This file describes how the run_analysis.r scripts works. The purpose of the script is to fulfill assigments of cousera course project of "Getting and Cleaning Data Course Project".
Given all relevant files exist in the working directory as provided by coursera, the following are the requirements:
- Merges the training and the test sets to create one data set.
- Extracts only the measurements on the mean and standard deviation for each measurement.
- Uses descriptive activity names to name the activities in the data set
- Appropriately labels the data set with descriptive variable names.
- From the data set in step 4, creates a second, independent tidy data set with the average of each variable for each activity and each subject.
These two has been done together. I chose to first work on test group, then on the train group, and then combine them together. For each, test and train group, i've created a DS as follows: a. reading the x and y files. x files has been loaded with only mean and standard deviation as required. b. reading the subject. c. applying col names where required. d. merging 3 tables.

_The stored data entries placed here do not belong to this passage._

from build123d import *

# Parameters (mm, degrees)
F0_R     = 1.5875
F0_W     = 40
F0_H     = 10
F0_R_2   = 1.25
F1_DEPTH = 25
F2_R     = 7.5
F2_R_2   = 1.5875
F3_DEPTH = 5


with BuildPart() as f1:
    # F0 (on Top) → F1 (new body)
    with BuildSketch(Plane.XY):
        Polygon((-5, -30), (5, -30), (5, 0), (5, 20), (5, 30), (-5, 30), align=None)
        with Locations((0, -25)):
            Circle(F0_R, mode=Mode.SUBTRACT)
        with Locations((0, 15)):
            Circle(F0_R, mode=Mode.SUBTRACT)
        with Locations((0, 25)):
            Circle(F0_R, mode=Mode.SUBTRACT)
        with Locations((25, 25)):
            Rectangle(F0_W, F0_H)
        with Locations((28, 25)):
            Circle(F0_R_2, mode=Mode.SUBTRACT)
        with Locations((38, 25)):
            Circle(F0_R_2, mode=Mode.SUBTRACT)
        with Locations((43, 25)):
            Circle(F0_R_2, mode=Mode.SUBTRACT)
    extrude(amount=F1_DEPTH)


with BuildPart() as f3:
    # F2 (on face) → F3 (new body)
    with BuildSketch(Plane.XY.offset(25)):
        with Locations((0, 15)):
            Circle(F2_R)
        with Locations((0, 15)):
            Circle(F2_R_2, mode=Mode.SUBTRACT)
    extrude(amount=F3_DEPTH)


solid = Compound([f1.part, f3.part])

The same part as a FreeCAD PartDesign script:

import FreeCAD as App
import Part
import Sketcher
Q = App.Units.Quantity

doc = App.newDocument("Part")
body = doc.addObject("PartDesign::Body", "Body")

sketch1 = body.newObject("Sketcher::SketchObject", "Sketch")
sketch1.AttachmentSupport = (doc.getObject("XY_Plane"), [""])
sketch1.MapMode = "FlatFace"
sketch1.addGeometry(Part.LineSegment(App.Vector(-5, -30, 0), App.Vector(5, -30, 0)), False)
sketch1.addGeometry(Part.LineSegment(App.Vector(5, -30, 0), App.Vector(5, 20, 0)), False)
sketch1.addGeometry(Part.LineSegment(App.Vector(5, 20, 0), App.Vector(45, 20, 0)), False)
sketch1.addGeometry(Part.LineSegment(App.Vector(45, 20, 0), App.Vector(45, 30, 0)), False)
sketch1.addGeometry(Part.LineSegment(App.Vector(45, 30, 0), App.Vector(-5, 30, 0)), False)
sketch1.addGeometry(Part.LineSegment(App.Vector(-5, 30, 0), App.Vector(-5, -30, 0)), False)
sketch1.addGeometry(Part.Circle(App.Vector(0, -25, 0), App.Vector(0, 0, 1), 1.5875), False)
sketch1.addGeometry(Part.Circle(App.Vector(0, 15, 0), App.Vector(0, 0, 1), 1.5875), False)
sketch1.addGeometry(Part.Circle(App.Vector(0, 25, 0), App.Vector(0, 0, 1), 1.5875), False)
sketch1.addGeometry(Part.Circle(App.Vector(28, 25, 0), App.Vector(0, 0, 1), 1.25), False)
sketch1.addGeometry(Part.Circle(App.Vector(38, 25, 0), App.Vector(0, 0, 1), 1.25), False)
sketch1.addGeometry(Part.Circle(App.Vector(43, 25, 0), App.Vector(0, 0, 1), 1.25), False)
sketch1.addConstraint(Sketcher.Constraint("Coincident", 0, 2, 1, 1))
sketch1.addConstraint(Sketcher.Constraint("Coincident", 1, 2, 2, 1))
sketch1.addConstraint(Sketcher.Constraint("Coincident", 2, 2, 3, 1))
sketch1.addConstraint(Sketcher.Constraint("Coincident", 3, 2, 4, 1))
sketch1.addConstraint(Sketcher.Constraint("Coincident", 4, 2, 5, 1))
sketch1.addConstraint(Sketcher.Constraint("Coincident", 5, 2, 0, 1))
sketch1.addConstraint(Sketcher.Constraint("Horizontal", 0))
sketch1.addConstraint(Sketcher.Constraint("Vertical", 1))
sketch1.addConstraint(Sketcher.Constraint("Horizontal", 2))
sketch1.addConstraint(Sketcher.Constraint("Vertical", 3))
sketch1.addConstraint(Sketcher.Constraint("Horizontal", 4))
sketch1.addConstraint(Sketcher.Constraint("Vertical", 5))
sketch1.addConstraint(Sketcher.Constraint("Equal", 6, 7))
sketch1.addConstraint(Sketcher.Constraint("Equal", 7, 8))
sketch1.addConstraint(Sketcher.Constraint("Equal", 9, 10))
sketch1.addConstraint(Sketcher.Constraint("Equal", 10, 11))
sketch1.addConstraint(Sketcher.Constraint("Symmetric", 6, 3, 8, 3, -1, 1))
sketch1.addConstraint(Sketcher.Constraint("Symmetric", 0, 2, 4, 2, -1, 1))
sketch1.addConstraint(Sketcher.Constraint("PointOnObject", 6, 3, -2))
sketch1.addConstraint(Sketcher.Constraint("PointOnObject", 7, 3, -2))
sketch1.addConstraint(Sketcher.Constraint("Horizontal", 8, 3, 9, 3))
sketch1.addConstraint(Sketcher.Constraint("Horizontal", 9, 3, 10, 3))
sketch1.addConstraint(Sketcher.Constraint("Horizontal", 10, 3, 11, 3))
sketch1.addConstraint(Sketcher.Constraint("Equal", 4, 1))
sketch1.addConstraint(Sketcher.Constraint("Equal", 0, 3))
sketch1.addConstraint(Sketcher.Constraint("Diameter", 9, Q("2.5 mm")))
sketch1.addConstraint(Sketcher.Constraint("DistanceX", 0, 1, 0, 2, Q("10 mm")))
sketch1.addConstraint(Sketcher.Constraint("DistanceX", 2, 1, 2, 2, Q("40 mm")))
sketch1.addConstraint(Sketcher.Constraint("Diameter", 6, Q("3.175 mm")))
sketch1.addConstraint(Sketcher.Constraint("DistanceY", 6, 3, -1, 1, Q("25 mm")))
sketch1.addConstraint(Sketcher.Constraint("DistanceY", -1, 1, 7, 3, Q("15 mm")))
sketch1.addConstraint(Sketcher.Constraint("DistanceX", -1, 1, 9, 3, Q("28 mm")))
sketch1.addConstraint(Sketcher.Constraint("DistanceX", -1, 1, 10, 3, Q("38 mm")))
sketch1.addConstraint(Sketcher.Constraint("DistanceX", -1, 1, 11, 3, Q("43 mm")))
pad1 = body.newObject("PartDesign::Pad", "Pad")
pad1.Profile = sketch1
pad1.Length = 25
body2 = doc.addObject("PartDesign::Body", "Body001")

sketch2 = body2.newObject("Sketcher::SketchObject", "Sketch001")
sketch2.AttachmentSupport = (doc.getObject("XY_Plane001"), [""])
sketch2.MapMode = "FlatFace"
sketch2.AttachmentOffset = App.Placement(App.Vector(0, 0, 25), App.Rotation())
sketch2.addGeometry(Part.Circle(App.Vector(0, 15, 0), App.Vector(0, 0, 1), 7.5), False)
sketch2.addGeometry(Part.Circle(App.Vector(0, 15, 0), App.Vector(0, 0, 1), 1.5875), False)
sketch2.addConstraint(Sketcher.Constraint("Coincident", 1, 3, 0, 3))
sketch2.addConstraint(Sketcher.Constraint("PointOnObject", 0, 3, -2))
sketch2.addConstraint(Sketcher.Constraint("Diameter", 0, Q("15 mm")))
sketch2.addConstraint(Sketcher.Constraint("Diameter", 1, Q("3.175 mm")))
sketch2.addConstraint(Sketcher.Constraint("DistanceY", -1, 1, 0, 3, Q("15 mm")))
pad2 = body2.newObject("PartDesign::Pad", "Pad001")
pad2.Profile = sketch2
pad2.Length = 5

doc.recompute()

After test and train data sets were ready, I have merged them together.
Since I have merged the activity_label to the dataset on the previous stage, the only thing left is to remove the activity_id col in order to keep the data set tidy.
I've used gsub to replace all shortcuts on col names with full names taken from the features_info.txt file.
I have aggregated the first tidy data set by activity and subject, calculated the mean for each measurement.